半導体企業のエグゼクティブは、メモリの余剰が解消し、需要が徐々に回復すると予想しており、業界全体が復活すると見込んで、資本を投入しようとしています。ほとんどの企業は、2020年の収益成長を促進するために、機器、ソフトウェア、および従業員に投資する予定です。59%のエグゼクティブが設備投資の増加、73%が従業員規模の拡大を計画しています。
研究開発費の効率化で10億ドルの費用削減機会を創出
今日のハイパーコネクティッドな世界では、研究開発の優先順位がこれまでになく高まっており、費用も増加しています。73%のエグゼクティブが来年度に研究開発費を増強する予定であり、そのうち27%が10%以上の増額を計画しています。
来年度の自社の半導体研究開発費は、今年度と比較してどの程度変化すると予想されますか?
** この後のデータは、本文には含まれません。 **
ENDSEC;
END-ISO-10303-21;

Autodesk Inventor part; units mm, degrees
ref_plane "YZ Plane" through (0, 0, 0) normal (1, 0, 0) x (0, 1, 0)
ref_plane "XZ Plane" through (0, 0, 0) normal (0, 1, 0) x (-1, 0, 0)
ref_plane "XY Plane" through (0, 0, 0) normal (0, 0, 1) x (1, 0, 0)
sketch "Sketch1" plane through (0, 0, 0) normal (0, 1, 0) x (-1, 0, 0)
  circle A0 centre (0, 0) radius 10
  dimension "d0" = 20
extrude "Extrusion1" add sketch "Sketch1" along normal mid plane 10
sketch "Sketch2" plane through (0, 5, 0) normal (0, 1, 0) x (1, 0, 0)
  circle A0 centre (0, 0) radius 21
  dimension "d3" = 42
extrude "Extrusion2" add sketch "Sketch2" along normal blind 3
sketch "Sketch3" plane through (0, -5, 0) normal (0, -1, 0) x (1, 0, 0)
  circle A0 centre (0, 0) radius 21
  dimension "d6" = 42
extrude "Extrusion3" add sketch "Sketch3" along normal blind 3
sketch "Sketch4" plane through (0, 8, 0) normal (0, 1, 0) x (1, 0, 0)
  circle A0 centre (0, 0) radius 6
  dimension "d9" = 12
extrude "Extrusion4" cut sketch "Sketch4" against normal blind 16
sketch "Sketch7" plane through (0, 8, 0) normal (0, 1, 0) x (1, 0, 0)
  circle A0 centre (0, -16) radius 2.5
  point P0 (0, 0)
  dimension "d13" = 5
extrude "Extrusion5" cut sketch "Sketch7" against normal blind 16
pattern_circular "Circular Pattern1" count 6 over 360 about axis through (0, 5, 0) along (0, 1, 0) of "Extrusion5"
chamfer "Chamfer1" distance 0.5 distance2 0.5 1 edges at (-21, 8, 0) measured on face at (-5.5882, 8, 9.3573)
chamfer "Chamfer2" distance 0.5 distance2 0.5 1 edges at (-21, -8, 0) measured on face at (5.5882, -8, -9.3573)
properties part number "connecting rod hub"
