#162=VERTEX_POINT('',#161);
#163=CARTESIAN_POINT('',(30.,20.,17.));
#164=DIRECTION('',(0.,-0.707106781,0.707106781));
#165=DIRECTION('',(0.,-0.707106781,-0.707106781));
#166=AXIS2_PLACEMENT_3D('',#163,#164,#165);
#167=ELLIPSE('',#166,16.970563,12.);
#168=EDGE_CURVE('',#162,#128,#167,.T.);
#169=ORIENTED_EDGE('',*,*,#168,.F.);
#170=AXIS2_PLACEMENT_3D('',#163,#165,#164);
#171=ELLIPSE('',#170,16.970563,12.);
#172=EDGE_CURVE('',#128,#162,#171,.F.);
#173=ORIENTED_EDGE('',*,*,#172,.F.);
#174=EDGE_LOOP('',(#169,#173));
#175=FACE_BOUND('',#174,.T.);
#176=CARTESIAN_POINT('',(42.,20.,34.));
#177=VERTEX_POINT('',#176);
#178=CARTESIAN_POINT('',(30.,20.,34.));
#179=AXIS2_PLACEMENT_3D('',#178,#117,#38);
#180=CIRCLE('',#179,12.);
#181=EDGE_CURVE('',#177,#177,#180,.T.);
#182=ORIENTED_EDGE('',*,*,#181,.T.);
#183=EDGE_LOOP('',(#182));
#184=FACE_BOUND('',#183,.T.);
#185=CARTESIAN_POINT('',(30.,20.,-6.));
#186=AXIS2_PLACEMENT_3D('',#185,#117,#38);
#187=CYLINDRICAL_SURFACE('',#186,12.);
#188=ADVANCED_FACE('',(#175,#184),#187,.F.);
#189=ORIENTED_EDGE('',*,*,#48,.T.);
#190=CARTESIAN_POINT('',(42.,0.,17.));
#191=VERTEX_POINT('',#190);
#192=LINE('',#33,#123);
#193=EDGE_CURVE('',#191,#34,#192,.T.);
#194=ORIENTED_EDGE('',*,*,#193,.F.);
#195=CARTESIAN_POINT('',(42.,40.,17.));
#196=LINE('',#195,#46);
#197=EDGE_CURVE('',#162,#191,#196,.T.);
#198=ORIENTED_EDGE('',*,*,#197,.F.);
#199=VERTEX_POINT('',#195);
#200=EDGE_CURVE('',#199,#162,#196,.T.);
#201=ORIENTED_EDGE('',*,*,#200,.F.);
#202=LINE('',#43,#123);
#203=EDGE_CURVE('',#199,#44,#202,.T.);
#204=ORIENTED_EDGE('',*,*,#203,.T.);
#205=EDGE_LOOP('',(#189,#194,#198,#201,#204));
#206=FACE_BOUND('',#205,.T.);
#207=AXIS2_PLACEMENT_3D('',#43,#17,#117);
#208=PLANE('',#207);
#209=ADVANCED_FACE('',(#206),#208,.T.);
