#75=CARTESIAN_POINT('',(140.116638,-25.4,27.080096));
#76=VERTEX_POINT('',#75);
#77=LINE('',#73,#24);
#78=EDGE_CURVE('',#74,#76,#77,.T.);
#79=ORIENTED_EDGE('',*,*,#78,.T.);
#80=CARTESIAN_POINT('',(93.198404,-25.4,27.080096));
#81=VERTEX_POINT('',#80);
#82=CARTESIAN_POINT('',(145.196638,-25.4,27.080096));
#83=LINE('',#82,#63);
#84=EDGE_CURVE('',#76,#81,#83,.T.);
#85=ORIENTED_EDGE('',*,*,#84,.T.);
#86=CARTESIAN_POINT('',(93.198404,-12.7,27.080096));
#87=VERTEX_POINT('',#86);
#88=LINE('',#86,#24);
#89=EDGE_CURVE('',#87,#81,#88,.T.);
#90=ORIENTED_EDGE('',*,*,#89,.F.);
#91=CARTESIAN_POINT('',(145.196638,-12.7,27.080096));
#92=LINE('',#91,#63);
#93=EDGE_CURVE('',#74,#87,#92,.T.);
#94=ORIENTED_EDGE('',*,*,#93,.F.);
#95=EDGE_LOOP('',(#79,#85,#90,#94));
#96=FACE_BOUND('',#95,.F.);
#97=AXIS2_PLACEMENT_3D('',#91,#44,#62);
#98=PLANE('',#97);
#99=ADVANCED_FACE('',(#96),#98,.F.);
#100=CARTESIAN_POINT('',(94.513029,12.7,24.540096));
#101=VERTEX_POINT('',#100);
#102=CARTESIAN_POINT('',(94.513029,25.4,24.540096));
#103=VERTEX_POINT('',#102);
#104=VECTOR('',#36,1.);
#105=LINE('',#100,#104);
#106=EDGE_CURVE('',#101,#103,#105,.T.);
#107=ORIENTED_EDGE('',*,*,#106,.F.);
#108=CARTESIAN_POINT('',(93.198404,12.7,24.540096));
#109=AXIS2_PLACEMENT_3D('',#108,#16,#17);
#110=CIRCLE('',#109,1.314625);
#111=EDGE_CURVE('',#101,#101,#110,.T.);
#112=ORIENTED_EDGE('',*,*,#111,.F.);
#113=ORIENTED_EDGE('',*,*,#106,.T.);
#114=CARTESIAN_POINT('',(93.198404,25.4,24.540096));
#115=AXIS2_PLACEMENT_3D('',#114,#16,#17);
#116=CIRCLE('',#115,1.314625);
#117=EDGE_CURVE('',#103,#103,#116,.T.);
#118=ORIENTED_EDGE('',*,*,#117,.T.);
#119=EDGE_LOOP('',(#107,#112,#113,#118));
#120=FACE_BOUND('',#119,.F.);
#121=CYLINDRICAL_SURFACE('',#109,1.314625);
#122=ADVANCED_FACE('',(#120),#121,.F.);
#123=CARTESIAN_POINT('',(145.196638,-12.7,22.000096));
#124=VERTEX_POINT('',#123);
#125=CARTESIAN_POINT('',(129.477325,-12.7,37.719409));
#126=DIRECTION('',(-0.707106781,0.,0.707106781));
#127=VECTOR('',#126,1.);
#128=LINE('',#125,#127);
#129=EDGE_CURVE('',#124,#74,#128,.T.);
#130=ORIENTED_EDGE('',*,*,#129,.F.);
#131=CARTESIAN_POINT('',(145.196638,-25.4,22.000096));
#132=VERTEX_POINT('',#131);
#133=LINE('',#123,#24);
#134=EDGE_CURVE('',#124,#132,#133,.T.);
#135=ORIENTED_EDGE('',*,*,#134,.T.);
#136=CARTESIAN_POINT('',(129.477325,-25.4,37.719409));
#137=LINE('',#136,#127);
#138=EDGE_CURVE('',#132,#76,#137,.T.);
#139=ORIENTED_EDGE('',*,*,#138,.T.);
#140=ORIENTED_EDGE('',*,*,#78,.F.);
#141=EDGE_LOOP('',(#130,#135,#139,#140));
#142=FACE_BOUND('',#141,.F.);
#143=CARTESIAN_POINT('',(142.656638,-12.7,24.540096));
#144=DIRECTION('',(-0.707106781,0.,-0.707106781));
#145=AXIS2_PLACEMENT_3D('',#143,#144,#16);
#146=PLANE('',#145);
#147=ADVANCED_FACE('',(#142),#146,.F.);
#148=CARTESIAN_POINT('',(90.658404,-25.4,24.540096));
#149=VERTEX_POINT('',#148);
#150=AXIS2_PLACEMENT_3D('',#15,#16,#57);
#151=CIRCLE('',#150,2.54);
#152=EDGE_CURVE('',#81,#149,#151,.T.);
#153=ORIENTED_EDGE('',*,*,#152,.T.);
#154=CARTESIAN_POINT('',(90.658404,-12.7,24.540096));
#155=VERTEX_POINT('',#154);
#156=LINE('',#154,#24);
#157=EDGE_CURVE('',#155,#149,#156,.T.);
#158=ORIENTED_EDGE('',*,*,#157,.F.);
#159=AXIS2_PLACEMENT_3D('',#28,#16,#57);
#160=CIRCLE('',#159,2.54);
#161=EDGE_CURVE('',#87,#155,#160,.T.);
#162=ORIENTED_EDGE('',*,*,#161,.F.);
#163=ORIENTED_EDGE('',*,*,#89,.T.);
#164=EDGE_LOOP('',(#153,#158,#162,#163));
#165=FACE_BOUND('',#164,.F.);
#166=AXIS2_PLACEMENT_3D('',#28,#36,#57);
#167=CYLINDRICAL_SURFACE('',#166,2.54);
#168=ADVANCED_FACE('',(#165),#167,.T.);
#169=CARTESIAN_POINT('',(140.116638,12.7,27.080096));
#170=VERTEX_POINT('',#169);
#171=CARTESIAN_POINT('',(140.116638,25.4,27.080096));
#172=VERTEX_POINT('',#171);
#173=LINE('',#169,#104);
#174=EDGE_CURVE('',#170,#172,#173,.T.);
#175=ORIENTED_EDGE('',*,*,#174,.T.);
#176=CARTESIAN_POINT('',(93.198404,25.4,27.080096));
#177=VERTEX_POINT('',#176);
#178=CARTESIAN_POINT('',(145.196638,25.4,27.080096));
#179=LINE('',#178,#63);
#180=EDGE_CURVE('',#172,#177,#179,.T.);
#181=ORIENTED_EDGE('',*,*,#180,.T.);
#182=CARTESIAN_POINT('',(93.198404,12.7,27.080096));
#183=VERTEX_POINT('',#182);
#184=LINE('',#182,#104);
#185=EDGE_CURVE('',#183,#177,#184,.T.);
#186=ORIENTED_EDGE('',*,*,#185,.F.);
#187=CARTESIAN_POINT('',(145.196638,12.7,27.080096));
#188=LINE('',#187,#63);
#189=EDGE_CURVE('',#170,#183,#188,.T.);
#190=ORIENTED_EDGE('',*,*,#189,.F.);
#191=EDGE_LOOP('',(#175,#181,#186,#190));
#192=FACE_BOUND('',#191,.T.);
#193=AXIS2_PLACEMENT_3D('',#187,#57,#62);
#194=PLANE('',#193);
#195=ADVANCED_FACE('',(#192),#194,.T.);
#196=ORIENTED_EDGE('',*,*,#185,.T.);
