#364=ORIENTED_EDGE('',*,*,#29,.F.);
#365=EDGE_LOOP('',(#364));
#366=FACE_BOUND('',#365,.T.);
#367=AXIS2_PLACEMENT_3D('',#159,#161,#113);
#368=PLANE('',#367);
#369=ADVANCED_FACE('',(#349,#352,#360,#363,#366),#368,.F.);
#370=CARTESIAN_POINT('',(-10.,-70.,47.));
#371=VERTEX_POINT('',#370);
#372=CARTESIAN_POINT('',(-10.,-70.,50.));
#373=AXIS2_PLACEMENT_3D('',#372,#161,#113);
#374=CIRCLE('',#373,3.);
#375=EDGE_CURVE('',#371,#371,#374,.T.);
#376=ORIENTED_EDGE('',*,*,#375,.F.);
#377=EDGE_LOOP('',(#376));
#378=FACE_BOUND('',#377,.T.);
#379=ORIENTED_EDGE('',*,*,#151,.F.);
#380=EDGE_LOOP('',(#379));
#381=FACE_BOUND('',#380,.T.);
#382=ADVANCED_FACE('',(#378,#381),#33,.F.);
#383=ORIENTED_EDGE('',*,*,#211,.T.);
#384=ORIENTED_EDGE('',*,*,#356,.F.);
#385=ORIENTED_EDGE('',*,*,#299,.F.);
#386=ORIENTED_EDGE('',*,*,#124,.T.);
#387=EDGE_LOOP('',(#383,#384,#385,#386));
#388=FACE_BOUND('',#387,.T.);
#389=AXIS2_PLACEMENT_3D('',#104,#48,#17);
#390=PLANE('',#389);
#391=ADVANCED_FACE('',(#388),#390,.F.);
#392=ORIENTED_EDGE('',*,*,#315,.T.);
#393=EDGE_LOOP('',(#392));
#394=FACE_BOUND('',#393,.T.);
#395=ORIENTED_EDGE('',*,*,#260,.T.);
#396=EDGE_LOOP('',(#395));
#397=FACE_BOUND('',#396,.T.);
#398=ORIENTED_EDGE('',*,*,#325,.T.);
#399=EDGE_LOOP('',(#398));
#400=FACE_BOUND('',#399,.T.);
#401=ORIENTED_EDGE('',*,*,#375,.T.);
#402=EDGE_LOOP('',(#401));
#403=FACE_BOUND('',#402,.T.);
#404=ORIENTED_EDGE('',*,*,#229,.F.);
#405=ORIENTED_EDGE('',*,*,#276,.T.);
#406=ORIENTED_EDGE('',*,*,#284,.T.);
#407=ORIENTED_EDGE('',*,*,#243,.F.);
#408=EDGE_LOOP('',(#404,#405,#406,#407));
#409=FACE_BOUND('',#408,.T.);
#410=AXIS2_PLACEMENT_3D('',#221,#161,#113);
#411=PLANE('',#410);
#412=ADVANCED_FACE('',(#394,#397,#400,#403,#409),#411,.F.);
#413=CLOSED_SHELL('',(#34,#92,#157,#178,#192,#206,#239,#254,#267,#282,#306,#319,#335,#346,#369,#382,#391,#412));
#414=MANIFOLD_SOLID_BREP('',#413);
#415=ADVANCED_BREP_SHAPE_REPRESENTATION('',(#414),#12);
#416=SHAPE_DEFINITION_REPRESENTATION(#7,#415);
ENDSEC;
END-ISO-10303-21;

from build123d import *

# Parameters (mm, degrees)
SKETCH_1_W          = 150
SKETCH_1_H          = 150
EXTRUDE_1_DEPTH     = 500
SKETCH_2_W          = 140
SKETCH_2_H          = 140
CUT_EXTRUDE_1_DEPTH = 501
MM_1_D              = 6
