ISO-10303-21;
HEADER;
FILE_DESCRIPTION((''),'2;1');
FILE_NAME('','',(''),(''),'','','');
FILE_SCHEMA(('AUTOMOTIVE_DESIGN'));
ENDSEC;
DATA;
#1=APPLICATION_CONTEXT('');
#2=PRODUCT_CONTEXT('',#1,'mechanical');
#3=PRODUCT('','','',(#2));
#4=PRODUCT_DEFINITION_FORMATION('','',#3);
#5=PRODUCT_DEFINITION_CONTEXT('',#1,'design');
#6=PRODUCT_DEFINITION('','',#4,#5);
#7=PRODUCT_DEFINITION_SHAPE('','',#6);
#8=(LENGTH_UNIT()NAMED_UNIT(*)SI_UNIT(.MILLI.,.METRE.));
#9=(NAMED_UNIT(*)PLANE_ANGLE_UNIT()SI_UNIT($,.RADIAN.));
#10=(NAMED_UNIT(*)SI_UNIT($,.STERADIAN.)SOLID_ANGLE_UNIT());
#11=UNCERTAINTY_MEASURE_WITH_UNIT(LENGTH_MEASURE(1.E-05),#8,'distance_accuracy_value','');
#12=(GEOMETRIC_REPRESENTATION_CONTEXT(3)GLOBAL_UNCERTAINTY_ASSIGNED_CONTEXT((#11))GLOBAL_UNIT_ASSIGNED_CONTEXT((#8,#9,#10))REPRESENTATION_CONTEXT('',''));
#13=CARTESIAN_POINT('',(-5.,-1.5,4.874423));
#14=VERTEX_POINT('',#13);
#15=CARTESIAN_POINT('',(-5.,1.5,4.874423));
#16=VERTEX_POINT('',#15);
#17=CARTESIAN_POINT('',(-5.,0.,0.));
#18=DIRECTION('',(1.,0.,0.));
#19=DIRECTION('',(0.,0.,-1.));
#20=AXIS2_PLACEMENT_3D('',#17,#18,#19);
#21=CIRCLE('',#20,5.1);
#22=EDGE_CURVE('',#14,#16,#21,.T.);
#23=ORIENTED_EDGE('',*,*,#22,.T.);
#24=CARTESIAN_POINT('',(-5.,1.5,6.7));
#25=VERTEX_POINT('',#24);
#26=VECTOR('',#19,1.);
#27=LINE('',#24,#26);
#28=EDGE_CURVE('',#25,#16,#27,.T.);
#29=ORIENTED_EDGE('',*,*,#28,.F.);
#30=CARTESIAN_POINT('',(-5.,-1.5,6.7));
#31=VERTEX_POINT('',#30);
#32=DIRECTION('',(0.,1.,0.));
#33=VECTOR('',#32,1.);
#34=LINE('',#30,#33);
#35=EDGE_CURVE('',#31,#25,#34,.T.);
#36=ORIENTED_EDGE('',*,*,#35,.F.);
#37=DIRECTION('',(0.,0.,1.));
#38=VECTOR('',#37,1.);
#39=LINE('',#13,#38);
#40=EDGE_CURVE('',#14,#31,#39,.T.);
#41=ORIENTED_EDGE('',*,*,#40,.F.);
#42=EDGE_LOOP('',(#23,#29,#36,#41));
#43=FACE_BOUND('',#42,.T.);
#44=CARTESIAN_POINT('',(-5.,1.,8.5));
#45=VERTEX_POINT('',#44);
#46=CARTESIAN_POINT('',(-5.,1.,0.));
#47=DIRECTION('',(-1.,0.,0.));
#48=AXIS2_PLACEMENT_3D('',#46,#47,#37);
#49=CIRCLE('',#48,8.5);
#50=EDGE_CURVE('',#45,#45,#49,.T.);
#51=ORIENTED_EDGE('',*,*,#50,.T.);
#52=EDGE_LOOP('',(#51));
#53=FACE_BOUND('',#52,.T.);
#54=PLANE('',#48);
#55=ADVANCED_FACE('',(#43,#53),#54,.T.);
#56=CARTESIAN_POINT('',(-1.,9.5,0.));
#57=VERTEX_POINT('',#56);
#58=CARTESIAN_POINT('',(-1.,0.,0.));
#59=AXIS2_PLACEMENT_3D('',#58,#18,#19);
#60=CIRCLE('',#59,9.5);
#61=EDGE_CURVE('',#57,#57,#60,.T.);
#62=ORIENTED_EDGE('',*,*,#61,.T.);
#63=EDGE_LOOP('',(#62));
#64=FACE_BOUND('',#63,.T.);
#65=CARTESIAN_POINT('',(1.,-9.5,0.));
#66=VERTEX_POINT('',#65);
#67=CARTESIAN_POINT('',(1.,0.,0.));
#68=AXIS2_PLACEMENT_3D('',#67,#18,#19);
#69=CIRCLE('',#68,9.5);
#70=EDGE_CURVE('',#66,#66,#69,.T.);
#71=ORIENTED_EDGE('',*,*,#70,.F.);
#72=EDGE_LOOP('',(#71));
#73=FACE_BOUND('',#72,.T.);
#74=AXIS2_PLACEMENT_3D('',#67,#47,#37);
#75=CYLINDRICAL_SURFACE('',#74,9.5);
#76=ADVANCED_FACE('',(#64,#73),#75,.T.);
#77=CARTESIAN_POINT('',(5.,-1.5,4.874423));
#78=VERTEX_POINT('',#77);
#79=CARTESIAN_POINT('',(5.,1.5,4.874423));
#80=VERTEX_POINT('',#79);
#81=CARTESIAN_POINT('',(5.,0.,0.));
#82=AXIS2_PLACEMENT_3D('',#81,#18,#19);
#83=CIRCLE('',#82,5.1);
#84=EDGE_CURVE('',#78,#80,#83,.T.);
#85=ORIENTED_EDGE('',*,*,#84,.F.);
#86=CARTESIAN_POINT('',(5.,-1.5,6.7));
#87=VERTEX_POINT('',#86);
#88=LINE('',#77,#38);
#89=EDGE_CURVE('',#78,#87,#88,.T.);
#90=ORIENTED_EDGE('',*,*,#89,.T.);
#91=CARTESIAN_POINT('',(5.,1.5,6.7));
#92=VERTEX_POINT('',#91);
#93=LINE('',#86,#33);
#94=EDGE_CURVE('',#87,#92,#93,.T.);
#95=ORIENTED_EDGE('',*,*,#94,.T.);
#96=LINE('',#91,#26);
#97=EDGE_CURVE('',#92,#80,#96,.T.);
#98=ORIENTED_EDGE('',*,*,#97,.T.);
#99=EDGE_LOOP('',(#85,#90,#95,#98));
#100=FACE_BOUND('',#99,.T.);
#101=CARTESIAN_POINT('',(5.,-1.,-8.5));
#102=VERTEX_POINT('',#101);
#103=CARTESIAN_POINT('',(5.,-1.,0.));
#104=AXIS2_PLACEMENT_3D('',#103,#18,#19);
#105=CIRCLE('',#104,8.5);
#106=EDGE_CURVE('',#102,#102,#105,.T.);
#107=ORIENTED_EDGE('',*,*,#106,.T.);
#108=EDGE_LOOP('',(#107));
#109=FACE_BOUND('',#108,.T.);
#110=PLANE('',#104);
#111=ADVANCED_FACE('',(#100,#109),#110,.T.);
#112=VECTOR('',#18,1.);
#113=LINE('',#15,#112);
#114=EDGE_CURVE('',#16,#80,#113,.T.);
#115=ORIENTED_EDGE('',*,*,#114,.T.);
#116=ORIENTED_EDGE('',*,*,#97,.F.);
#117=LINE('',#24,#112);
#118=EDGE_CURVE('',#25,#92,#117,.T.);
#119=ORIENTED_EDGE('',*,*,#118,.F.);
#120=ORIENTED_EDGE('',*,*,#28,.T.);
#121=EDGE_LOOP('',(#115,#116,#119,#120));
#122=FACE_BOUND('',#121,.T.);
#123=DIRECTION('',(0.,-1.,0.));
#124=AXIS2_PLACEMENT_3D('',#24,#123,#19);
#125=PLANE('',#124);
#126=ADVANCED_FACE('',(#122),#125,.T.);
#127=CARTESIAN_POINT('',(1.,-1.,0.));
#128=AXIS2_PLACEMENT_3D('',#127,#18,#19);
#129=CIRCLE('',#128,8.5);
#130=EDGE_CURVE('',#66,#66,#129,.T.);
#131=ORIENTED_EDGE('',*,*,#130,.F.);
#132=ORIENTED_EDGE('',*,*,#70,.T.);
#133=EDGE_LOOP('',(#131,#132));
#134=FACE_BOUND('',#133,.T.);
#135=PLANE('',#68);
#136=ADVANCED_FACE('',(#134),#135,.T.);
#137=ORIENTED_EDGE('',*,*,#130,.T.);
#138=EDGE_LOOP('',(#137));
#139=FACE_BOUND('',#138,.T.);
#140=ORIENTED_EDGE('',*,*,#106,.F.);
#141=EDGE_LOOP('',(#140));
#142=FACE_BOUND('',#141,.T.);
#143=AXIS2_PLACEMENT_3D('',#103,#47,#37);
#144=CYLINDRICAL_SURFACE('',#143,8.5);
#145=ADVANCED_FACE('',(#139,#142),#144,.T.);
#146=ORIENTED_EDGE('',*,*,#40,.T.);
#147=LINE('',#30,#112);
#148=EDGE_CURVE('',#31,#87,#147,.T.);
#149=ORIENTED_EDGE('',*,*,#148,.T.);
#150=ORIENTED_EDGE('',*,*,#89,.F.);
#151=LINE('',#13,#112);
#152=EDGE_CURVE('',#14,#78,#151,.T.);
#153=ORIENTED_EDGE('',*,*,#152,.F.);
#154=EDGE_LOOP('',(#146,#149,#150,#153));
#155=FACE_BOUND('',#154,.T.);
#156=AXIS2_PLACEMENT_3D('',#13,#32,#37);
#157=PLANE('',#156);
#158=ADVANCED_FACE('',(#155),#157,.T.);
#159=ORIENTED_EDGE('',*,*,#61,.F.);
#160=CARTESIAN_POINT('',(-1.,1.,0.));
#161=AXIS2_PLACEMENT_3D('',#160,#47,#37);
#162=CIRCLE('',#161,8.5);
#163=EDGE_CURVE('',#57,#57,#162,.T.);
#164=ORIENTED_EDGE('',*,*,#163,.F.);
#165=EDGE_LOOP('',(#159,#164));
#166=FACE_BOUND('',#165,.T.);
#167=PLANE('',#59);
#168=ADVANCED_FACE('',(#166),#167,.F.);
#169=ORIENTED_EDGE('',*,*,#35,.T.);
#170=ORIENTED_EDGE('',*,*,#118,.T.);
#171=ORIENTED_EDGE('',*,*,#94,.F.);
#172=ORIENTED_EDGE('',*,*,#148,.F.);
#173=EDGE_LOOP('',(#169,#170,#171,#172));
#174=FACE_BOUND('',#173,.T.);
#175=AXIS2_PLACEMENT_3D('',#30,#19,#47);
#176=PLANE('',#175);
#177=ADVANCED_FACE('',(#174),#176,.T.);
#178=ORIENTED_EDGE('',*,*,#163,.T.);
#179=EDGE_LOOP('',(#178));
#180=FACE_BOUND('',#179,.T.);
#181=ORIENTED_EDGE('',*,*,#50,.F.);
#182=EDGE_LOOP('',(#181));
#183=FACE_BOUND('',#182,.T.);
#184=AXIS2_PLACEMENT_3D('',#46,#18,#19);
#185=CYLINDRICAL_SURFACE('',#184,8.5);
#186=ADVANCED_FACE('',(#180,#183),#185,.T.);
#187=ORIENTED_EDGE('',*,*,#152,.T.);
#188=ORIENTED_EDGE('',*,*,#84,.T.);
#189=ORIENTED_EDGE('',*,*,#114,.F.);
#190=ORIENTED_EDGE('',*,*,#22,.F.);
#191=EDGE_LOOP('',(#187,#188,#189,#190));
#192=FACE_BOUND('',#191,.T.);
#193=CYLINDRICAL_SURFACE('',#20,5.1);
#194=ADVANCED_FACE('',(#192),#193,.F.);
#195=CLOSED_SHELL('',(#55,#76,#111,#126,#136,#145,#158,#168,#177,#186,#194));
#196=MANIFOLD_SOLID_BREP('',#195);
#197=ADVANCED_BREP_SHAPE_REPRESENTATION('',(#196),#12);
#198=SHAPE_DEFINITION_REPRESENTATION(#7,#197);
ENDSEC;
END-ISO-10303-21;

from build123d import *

# Parameters (mm, degrees)
SKETCH1_R           = 9.5
BOSS_EXTRUDE1_DEPTH = 1
SKETCH2_R           = 8.5
BOSS_EXTRUDE3_DEPTH = 4
SKETCH3_R           = 8.5
BOSS_EXTRUDE4_DEPTH = 4
CUT_EXTRUDE1_DEPTH  = 17.748134224


with BuildPart() as part:
    # Sketch1 → Boss-Extrude1 (new, symmetric)
    with BuildSketch(Plane.YZ):
        with Locations(Location((0, 0, 0), (0, 0, 270))):
            Circle(SKETCH1_R)
    extrude(amount=BOSS_EXTRUDE1_DEPTH, both=True)

    # Sketch2 → Boss-Extrude3 (add)
    with BuildSketch(Plane.YZ.offset(1)):
        with Locations(Location((-1, 0, 0), (0, 0, 180))):
            Circle(SKETCH2_R)
    extrude(amount=BOSS_EXTRUDE3_DEPTH)

    # Sketch3 → Boss-Extrude4 (add)
    with BuildSketch(Plane(origin=(-1, 0, 0), x_dir=(0, -1, 0), z_dir=(-1, 0, 0))):
        with Locations(Location((-1, 0, 0), (0, 0, 179.999143376))):
            Circle(SKETCH3_R)
    extrude(amount=BOSS_EXTRUDE4_DEPTH)

    # Sketch4 → Cut-Extrude1 (cut, through all)
    with BuildSketch(Plane.YZ.offset(5)):
        with BuildLine():
            Line((-1.5, 4.874423043), (-1.5, 6.7))
            Line((-1.5, 6.7), (1.5, 6.7))
            Line((1.5, 6.7), (1.5, 4.874423043))
            ThreePointArc((1.5, 4.874423043), (0, -5.1), (-1.5, 4.874423043))
        make_face()
    extrude(amount=-CUT_EXTRUDE1_DEPTH, mode=Mode.SUBTRACT)


solid = part.part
出典:KPMGグローバル半導体業界調査結果(2020年)
端数処理のため合計が100%とならない場合があります。
しかし、研究開発費が増加するほど投資が無駄になるリスクは増大し、その損失金額は数十億ドルに達します。そのため、半導体企業は、研究開発投資の効率を高め、研究開発プロセスをより効率的にする必要があります。
急速に変化を遂げる半導体業界においては、アジャイルなポートフォリオ管理により、研究開発予算を効果的に活用できる可能性があります。変化する市況と顧客の需要に基づいて、プロジェクトを迅速に再評価し、優先順位を付け直すことで、新しいイノベーションを市場の新たなニーズに整合させ、潜在的価値が最も高いプロジェクトにリソースを割り当てることができます。
国際貿易の変化がもたらす機会
世界的な関税と保護貿易主義の高まりは、2020年の期待される収益増加の達成に対して逆風をもたらすと考えられます。最近の米国と中国における関税問題は、半導体のチップ製造コストに直接的な影響を与えています。また、関税によりサプライチェーン全体におけるプロセスも大幅に複雑化しています。リスク軽減のため58%の半導体企業が、サプライチェーンにおいて運営上の対策を実施することを予定しています。
あなたの組織で現在進行中の国際的な関税活動がもたらす主な運営上の影響は何だと思いますか?
出典:KPMGグローバル半導体業界調査結果(2020年)
現在の国際貿易がおかれる環境下で半導体企業が関税コストを削減するためには、例えば、原産地国の調整や、関税の免除、関税払戻しプログラムなどを実施することが可能です。KPMGの調査によると、戦略的な関税軽減計画を実施した企業は、米国への輸入品に対する関税を平均59%節減しました。柔軟なサプライチェーン戦略と強力な貿易インフラに投資し、安定したシナリオ計画に基づいて戦略を策定することで、企業は競争上の優位性を高めることができます。